> [WHAT YOU SHOULD DO]
After finding the line with "f 152 53 56" in the entries below, retype exactly each line from there through the line with "f 166 2 130", including that final line.

Items listed in a dataset:
[Start of section]

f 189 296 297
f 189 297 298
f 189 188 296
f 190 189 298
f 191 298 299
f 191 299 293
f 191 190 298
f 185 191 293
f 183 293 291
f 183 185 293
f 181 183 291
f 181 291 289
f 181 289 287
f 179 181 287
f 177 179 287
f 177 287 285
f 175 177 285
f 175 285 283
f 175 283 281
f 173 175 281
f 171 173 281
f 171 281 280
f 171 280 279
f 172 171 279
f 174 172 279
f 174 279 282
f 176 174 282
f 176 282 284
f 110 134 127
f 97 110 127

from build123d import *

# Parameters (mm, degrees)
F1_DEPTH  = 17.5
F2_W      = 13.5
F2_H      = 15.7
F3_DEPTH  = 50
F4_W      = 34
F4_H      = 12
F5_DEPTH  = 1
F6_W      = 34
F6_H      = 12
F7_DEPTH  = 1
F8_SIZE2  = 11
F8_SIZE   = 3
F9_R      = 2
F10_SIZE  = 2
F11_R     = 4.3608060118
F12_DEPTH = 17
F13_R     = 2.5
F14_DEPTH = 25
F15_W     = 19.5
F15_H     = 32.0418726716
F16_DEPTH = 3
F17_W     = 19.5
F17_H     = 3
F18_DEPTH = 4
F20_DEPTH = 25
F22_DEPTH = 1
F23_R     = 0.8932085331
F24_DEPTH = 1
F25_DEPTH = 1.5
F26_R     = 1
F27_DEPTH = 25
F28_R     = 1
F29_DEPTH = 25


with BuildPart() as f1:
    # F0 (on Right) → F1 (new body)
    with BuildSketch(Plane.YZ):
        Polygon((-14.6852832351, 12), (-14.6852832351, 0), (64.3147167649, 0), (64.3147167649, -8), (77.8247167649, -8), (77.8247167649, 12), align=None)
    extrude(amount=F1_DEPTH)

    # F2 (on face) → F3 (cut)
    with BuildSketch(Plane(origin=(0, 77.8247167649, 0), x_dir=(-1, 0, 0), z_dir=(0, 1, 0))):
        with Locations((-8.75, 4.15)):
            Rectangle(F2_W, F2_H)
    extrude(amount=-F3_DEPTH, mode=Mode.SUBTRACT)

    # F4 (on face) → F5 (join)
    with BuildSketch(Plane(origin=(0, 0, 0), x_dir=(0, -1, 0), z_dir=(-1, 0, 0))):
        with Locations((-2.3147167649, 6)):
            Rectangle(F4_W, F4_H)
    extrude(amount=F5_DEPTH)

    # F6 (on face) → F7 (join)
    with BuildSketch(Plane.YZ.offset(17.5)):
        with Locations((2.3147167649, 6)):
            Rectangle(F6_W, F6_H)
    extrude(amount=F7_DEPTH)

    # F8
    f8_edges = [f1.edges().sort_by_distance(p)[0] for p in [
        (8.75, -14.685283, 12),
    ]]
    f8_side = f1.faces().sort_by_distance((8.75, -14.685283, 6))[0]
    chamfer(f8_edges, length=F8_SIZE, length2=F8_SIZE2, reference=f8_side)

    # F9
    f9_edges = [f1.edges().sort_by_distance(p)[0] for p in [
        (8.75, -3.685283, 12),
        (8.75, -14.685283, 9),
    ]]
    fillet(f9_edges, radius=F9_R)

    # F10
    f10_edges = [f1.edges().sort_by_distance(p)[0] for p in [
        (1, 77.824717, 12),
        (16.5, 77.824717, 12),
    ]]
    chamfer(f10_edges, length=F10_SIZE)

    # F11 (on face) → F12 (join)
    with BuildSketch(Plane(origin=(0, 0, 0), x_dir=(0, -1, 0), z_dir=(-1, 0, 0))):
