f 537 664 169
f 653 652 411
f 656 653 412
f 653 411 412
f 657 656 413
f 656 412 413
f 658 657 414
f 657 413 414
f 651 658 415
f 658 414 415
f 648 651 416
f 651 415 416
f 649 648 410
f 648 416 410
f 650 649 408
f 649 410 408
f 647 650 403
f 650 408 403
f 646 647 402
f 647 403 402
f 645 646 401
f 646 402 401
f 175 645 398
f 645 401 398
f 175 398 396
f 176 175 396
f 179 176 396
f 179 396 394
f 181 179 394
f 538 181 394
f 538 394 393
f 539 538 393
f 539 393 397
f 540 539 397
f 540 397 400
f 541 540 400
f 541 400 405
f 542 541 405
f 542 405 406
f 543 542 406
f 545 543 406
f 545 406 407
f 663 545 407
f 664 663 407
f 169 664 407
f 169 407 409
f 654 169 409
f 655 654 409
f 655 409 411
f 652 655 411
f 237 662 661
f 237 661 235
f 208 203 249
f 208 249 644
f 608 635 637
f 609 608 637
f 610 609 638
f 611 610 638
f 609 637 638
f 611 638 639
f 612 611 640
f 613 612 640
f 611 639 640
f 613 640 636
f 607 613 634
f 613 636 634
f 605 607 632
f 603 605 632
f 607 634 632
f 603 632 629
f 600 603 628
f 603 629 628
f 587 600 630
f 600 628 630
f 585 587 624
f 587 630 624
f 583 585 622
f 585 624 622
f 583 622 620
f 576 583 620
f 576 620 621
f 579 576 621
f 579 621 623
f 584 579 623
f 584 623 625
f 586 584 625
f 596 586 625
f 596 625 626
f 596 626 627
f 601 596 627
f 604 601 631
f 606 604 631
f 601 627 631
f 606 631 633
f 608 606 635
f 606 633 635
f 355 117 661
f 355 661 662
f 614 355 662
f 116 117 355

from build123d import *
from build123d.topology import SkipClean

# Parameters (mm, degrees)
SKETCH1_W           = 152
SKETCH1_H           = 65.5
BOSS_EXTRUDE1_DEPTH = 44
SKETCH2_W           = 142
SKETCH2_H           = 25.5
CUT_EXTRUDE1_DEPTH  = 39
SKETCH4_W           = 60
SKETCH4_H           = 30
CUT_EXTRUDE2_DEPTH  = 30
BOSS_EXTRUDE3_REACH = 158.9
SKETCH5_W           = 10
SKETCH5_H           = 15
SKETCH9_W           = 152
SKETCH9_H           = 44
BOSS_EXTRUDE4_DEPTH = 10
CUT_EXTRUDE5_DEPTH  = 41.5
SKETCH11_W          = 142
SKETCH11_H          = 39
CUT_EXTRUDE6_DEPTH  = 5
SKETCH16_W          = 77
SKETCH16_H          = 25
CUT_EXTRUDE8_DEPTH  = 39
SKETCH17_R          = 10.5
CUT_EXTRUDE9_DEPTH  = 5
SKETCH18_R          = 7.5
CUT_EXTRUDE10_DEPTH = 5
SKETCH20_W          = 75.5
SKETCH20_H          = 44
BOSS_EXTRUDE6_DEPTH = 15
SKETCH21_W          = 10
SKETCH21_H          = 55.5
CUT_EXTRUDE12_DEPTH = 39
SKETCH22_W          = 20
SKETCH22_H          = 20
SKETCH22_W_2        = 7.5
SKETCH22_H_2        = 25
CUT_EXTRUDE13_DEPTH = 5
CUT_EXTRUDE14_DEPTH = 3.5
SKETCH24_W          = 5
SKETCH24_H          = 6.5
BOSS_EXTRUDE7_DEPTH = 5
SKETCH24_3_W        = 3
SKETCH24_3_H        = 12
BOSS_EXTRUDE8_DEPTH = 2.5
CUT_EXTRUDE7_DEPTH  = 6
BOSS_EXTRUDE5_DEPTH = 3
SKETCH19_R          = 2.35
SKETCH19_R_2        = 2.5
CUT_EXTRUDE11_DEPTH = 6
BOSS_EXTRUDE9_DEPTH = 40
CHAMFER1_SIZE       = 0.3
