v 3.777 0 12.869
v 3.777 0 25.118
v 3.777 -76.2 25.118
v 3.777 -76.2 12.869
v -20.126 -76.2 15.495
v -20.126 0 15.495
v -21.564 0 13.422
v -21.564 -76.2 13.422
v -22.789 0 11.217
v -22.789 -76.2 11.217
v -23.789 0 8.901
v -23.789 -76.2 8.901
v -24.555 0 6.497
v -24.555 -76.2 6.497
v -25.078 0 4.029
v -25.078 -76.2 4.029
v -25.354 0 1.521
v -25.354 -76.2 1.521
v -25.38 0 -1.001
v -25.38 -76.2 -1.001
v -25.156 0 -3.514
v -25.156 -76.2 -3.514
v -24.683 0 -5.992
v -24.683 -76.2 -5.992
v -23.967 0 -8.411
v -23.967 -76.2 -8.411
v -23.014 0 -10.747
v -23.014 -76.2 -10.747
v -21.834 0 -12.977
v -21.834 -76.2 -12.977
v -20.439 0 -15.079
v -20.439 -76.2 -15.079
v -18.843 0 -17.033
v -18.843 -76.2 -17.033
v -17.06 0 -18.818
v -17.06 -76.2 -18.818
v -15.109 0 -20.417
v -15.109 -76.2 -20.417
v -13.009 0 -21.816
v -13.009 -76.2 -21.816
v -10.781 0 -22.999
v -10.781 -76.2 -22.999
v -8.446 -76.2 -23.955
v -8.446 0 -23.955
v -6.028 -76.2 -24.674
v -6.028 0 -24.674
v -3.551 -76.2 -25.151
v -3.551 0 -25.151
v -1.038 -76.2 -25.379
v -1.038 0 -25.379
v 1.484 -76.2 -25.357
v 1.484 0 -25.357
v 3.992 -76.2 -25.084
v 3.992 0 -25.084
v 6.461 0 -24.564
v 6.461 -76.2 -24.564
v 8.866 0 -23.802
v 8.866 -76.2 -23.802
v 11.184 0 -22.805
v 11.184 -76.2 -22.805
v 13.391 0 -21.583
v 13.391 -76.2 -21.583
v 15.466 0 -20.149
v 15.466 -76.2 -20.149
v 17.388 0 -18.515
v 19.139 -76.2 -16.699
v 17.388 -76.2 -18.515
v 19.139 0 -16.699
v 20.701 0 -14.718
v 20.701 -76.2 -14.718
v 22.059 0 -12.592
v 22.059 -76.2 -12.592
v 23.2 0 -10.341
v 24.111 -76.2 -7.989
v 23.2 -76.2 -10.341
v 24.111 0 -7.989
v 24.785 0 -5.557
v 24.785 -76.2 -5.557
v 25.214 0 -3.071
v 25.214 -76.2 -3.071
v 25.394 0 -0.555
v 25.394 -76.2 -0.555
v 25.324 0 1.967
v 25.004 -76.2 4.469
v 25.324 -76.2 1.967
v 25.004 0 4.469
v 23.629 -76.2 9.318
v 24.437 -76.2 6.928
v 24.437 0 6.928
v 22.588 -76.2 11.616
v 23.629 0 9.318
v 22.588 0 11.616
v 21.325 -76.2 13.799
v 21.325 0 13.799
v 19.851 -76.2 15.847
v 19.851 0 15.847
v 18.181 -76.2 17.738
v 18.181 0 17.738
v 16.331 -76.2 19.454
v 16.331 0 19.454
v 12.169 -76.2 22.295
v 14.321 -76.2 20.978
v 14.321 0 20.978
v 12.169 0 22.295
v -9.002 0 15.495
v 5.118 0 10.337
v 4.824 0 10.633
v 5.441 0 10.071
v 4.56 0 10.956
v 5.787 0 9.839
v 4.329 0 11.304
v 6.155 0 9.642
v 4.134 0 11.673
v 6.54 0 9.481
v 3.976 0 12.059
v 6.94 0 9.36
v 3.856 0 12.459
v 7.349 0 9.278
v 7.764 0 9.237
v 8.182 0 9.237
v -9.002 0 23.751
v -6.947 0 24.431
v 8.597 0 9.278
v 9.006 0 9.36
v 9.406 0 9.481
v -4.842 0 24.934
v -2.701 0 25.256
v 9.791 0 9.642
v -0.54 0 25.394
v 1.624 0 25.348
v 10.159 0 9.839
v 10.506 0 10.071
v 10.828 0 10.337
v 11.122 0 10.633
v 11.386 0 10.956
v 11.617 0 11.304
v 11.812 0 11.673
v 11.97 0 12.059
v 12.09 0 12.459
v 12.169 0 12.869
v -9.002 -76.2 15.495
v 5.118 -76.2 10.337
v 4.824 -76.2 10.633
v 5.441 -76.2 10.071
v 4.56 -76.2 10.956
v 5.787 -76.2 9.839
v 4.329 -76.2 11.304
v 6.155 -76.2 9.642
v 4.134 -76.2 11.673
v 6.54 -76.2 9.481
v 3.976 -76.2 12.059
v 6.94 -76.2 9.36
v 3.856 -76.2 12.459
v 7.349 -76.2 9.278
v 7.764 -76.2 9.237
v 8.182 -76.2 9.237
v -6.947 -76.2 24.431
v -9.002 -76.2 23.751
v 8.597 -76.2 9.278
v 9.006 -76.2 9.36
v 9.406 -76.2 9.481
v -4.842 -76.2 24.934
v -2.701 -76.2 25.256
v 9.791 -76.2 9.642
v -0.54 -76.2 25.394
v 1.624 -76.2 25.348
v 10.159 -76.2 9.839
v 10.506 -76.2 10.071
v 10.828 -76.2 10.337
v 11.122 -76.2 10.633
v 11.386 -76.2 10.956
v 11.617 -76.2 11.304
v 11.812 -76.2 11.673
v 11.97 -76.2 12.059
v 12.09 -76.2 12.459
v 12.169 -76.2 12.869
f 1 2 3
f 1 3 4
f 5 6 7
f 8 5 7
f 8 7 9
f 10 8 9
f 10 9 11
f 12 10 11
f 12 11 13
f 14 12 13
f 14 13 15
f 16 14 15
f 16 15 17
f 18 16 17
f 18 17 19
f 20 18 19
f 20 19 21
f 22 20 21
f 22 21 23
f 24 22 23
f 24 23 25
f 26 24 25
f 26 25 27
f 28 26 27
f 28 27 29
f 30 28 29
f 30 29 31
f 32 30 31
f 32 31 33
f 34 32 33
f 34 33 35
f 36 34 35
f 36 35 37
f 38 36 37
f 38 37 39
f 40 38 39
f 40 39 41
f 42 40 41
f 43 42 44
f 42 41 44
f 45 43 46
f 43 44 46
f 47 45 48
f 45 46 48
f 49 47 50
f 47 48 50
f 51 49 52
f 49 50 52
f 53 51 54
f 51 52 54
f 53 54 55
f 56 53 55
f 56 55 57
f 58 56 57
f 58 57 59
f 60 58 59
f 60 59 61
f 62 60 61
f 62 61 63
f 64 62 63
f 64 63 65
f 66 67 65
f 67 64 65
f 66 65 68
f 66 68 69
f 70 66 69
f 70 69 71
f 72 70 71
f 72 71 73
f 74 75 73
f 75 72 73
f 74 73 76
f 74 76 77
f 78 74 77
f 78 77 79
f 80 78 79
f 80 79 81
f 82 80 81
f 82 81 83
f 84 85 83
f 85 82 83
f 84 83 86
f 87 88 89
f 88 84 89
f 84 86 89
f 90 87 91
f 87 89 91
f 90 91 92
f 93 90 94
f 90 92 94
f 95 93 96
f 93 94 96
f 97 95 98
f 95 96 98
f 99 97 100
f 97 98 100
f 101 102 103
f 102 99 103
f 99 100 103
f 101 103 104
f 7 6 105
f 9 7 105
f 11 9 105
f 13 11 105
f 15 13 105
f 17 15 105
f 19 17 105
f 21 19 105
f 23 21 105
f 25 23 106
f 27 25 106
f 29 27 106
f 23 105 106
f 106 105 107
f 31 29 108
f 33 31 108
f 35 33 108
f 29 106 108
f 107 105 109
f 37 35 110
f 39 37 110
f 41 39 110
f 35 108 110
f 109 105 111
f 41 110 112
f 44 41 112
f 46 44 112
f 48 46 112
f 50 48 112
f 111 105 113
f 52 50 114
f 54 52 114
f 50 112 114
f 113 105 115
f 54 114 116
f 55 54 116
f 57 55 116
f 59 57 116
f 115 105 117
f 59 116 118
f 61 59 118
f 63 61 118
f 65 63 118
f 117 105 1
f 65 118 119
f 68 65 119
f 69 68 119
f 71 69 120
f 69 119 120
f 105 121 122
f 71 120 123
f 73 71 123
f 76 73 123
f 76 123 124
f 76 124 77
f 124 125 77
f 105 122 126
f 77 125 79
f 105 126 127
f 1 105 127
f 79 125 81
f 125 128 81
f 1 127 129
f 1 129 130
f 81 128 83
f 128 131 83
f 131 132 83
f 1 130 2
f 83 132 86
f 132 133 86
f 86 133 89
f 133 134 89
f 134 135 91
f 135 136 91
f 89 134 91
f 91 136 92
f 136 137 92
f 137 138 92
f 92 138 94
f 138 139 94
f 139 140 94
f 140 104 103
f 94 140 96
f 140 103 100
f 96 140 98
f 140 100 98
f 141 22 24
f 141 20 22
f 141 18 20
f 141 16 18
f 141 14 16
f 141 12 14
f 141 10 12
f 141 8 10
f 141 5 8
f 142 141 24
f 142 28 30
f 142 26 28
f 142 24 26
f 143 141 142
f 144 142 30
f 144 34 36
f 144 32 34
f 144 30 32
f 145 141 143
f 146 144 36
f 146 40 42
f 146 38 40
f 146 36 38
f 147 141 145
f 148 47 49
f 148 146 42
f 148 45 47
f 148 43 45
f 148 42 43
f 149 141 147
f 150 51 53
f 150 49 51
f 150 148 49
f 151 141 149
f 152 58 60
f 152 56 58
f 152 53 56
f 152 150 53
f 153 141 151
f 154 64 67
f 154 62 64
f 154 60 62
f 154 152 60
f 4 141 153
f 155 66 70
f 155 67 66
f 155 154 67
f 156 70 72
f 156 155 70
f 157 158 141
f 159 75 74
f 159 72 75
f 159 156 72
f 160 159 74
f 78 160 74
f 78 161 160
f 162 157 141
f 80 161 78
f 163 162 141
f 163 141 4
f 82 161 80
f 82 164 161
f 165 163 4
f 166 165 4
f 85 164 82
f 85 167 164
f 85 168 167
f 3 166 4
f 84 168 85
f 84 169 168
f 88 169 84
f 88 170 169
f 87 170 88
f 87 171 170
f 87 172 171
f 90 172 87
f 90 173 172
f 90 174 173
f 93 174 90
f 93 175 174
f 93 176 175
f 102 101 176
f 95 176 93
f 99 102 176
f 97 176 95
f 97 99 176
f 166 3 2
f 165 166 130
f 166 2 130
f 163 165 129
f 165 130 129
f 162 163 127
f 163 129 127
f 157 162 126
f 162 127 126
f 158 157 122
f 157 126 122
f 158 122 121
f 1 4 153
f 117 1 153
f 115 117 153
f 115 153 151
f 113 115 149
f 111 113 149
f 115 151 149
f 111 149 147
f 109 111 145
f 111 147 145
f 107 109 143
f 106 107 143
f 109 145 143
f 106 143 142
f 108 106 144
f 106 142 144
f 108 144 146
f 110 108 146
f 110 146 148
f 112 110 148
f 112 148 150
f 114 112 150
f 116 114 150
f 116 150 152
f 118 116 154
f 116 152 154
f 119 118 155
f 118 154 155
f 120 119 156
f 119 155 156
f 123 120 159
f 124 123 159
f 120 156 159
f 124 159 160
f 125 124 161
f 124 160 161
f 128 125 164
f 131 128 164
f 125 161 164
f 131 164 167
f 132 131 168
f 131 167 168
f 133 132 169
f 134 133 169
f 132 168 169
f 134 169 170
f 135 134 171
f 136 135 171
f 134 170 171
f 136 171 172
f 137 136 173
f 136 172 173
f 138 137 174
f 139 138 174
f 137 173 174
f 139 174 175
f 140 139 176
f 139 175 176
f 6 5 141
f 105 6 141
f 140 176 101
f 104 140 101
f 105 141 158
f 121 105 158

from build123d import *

# Parameters (mm, degrees)
F0_R     = 25.4
F1_DEPTH = 76.2
F2_W     = 20.5636313185
F2_H     = 12.2810583562
F3_DEPTH = 76.2
F5_DEPTH = 76.2


with BuildPart() as f1:
    # F0 (on Front) → F1 (new body)
    with BuildSketch(Plane.XZ):
        Circle(F0_R)
    extrude(amount=F1_DEPTH)

    # F2 (on face) → F3 (cut)
    with BuildSketch(Plane.XZ.offset(76.2)):
        with Locations((-19.2842693068, 21.6356487945)):
            Rectangle(F2_W, F2_H)
    extrude(amount=-F3_DEPTH, mode=Mode.SUBTRACT)

    # F4 (on face) → F5 (cut)
    with BuildSketch(Plane.XZ.offset(76.2)):
        with BuildLine():
            Line((12.1693527326, 12.8687405959), (3.7766969763, 12.8687405959))
            ThreePointArc((3.7766969763, 12.8687405959), (7.9730248544, 9.231923148), (12.1693527326, 12.8687405959))
        make_face()
        with BuildLine():
            Line((3.7766969763, 14.0738399925), (3.7766969763, 12.8687405959))
            Line((3.7766969763, 12.8687405959), (12.1693527326, 12.8687405959))
            Line((12.1693527326, 12.8687405959), (12.1693527326, 14.0738399925))
            ThreePointArc((12.1693527326, 14.0738399925), (7.9730248544, 17.7106574404), (3.7766969763, 14.0738399925))
        make_face()
        with BuildLine():
            Line((3.7766969763, 36.0884256661), (3.7766969763, 25.1176543481))
            ThreePointArc((3.7766969763, 25.1176543481), (8.096973208, 24.0748629252), (12.1693527326, 22.2949961666))
            Line((12.1693527326, 22.2949961666), (12.1693527326, 36.0884256661))
            Line((12.1693527326, 36.0884256661), (3.7766969763, 36.0884256661))
        make_face()
        with BuildLine():
            Line((3.7766969763, 25.1176543481), (3.7766969763, 14.0738399925))
            ThreePointArc((3.7766969763, 14.0738399925), (7.9730248544, 17.7106574404), (12.1693527326, 14.0738399925))
            Line((12.1693527326, 14.0738399925), (12.1693527326, 22.2949961666))
            ThreePointArc((12.1693527326, 22.2949961666), (8.096973208, 24.0748629252), (3.7766969763, 25.1176543481))
        make_face()
    extrude(amount=-F5_DEPTH, mode=Mode.SUBTRACT)


solid = f1.part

[End of section]

> [THE COMPLETED TASK]
f 152 53 56
f 152 150 53
f 153 141 151
f 154 64 67
f 154 62 64
f 154 60 62
f 154 152 60
f 4 141 153
f 155 66 70
f 155 67 66
f 155 154 67
f 156 70 72
f 156 155 70
f 157 158 141
f 159 75 74
f 159 72 75
f 159 156 72
f 160 159 74
f 78 160 74
f 78 161 160
f 162 157 141
f 80 161 78
f 163 162 141
f 163 141 4
f 82 161 80
f 82 164 161
f 165 163 4
f 166 165 4
f 85 164 82
f 85 167 164
f 85 168 167
f 3 166 4
f 84 168 85
f 84 169 168
f 88 169 84
f 88 170 169
f 87 170 88
f 87 171 170
f 87 172 171
f 90 172 87
f 90 173 172
f 90 174 173
f 93 174 90
f 93 175 174
f 93 176 175
f 102 101 176
f 95 176 93
f 99 102 176
f 97 176 95
f 97 99 176
f 166 3 2
f 165 166 130
f 166 2 130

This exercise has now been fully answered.